Wiranto's appointment as Commander of ABRI in February 1998 came at a crucial time. Indonesia was suffering from the effects of the Asian Financial Crisis and there was widespread opposition to Suharto. Nevertheless, Suharto was re-elected for a seventh term as president by the People's Consultative Assembly (MPR) as the situation continued to deteriorate. In Suharto's new Cabinet, Wiranto was named as the Minister of Defense and Security.

As the situation worsened, Wiranto tried to calm the situation down through dialogue. On 18 April 1998, together with 17 ministers, Wiranto held a meeting with prominent members of society and student organizations. Wiranto took a cautious stance towards the social unrest that was brewing around Indonesia at the time and warned against it descending into anarchy.

Wiranto's involvement with the events of May 1998 began by ordering most senior military commanders to go to Malang in East Java (850 km from Jakarta) for a ceremonial party, during the riot in the capital Jakarta. Later he authorized Commander of KODAM Jaya Sjafrie Sjamsoeddin and Chief of Jakarta Regional Police Hamami Nata to take care of the situation in Jakarta. That was the day when four students of Trisakti University were shot dead. Wiranto responded on 13 May by ordering the Military Police to mobilize. Wiranto also sensed that the condition was about to spiral out of control and ordered reinforcements in the form of Marines and Kostrad personnel.

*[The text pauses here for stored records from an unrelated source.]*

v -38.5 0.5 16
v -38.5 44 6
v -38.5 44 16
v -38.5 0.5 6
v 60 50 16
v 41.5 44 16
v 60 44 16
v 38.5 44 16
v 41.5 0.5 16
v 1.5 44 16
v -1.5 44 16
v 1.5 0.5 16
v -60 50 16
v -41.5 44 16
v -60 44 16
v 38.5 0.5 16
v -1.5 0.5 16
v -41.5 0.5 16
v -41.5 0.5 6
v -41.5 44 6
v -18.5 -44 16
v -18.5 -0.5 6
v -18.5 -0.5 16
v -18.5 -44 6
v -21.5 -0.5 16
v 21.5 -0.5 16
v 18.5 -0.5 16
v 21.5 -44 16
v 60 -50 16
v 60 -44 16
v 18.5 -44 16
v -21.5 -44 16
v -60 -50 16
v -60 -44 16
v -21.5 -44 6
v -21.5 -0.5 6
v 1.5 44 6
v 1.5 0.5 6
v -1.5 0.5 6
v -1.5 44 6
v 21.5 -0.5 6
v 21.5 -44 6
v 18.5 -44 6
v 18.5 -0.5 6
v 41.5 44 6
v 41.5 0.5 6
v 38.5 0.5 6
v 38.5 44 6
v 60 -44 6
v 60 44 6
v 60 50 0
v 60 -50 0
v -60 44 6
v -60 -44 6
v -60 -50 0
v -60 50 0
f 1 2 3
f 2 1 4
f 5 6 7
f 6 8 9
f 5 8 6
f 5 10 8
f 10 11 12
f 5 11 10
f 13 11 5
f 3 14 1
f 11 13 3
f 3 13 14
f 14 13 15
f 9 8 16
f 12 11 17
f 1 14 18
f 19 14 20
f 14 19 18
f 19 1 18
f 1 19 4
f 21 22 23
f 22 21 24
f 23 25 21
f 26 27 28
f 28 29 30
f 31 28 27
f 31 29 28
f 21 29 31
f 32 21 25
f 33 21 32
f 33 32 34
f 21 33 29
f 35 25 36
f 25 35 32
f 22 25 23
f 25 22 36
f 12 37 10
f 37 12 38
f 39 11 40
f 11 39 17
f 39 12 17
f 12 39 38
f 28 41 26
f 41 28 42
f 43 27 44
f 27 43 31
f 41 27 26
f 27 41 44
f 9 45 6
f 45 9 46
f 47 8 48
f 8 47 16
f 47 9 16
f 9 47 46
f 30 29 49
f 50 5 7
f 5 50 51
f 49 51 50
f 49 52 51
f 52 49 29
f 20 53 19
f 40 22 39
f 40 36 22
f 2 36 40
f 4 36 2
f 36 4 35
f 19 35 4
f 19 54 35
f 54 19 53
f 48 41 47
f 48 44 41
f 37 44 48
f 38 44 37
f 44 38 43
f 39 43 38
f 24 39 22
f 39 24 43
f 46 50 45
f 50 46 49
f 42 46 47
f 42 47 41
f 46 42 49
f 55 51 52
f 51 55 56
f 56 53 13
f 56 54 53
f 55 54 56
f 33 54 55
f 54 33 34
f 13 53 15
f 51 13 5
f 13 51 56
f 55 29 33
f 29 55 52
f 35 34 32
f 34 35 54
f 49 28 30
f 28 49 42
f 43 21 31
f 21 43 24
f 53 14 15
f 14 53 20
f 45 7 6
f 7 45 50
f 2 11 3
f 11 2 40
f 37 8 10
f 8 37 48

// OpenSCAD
$fn = 32;

// ----------------------------------------------------------------------
// Rib frame 120 x 100 x 16
// 5 ribs at 20 mm pitch, staggered
// ----------------------------------------------------------------------

// --- parameters (mm) ---
frame = [120, 100, 6];  // base plate size (x, y, z)
rail_w = 6;             // side rail width
ribs = 5;               // number of ribs
rib_t = 3;              // rib thickness
rib_h = 10;             // rib height above the base plate
pitch = 20;             // pitch between rib centres

// --- derived feature positions (mm) ---
span = (ribs - 1) * pitch;          // = 80   distance between the outer ribs
origin_x = -span / 2;               // = -40   X of the first rib
rib_len = frame[1] / 2 - rail_w + 0.5;  // = 44.5   length of a staggered rib
rib_y = 0.5 + rib_len / 2;          // = 22.75   Y of a staggered rib centre
row_offset = 2 * rib_y;             // = 45.5   distance between the two rows
feature_centers = [
  [origin_x + 0 * pitch, rib_y],
  [origin_x + 1 * pitch, -rib_y],
  [origin_x + 2 * pitch, rib_y],
  [origin_x + 3 * pitch, -rib_y],
  [origin_x + 4 * pitch, rib_y]
];   // rib centre line, drives the rib loop

// base plate, two side rails, then the ribs read straight off feature_centers
union() {
  translate([-frame[0] / 2, -frame[1] / 2, 0]) cube(frame);
  translate([-frame[0] / 2, -frame[1] / 2, 0]) cube([frame[0], rail_w, frame[2] + rib_h]);
  translate([-frame[0] / 2, frame[1] / 2 - rail_w, 0]) cube([frame[0], rail_w, frame[2] + rib_h]);
  for (centre = feature_centers)
    translate([centre[0] - rib_t / 2, centre[1] - rib_len / 2, frame[2] - 1])
      cube([rib_t, rib_len, rib_h + 1]);
}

On 15 May, Wiranto met with Suharto who had gone to Egypt to attend an economic summit but was forced to come back to attend to the situation back home. Suharto brought up the idea of reinstating the Command for the Restoration of Security and Order (Kopkamtib) to deal with the situation. Finally, on 18 May, Suharto issued a Presidential Instruction (Instruksi Presiden No 16/1968) to Wiranto. Wiranto was to be made Commander of the National Alertness and Safety Operation Command (KOPKKN). This presidential instruction has been compared to the Supersemar, a key letter of authority which former president Sukarno issued in March 1966 providing the then-Major General Suharto with wide authority over government in Indonesia. Suharto's Presidential Instruction in May 1998 was seen as providing Wiranto with wide authority to choose whether to use his new power or not.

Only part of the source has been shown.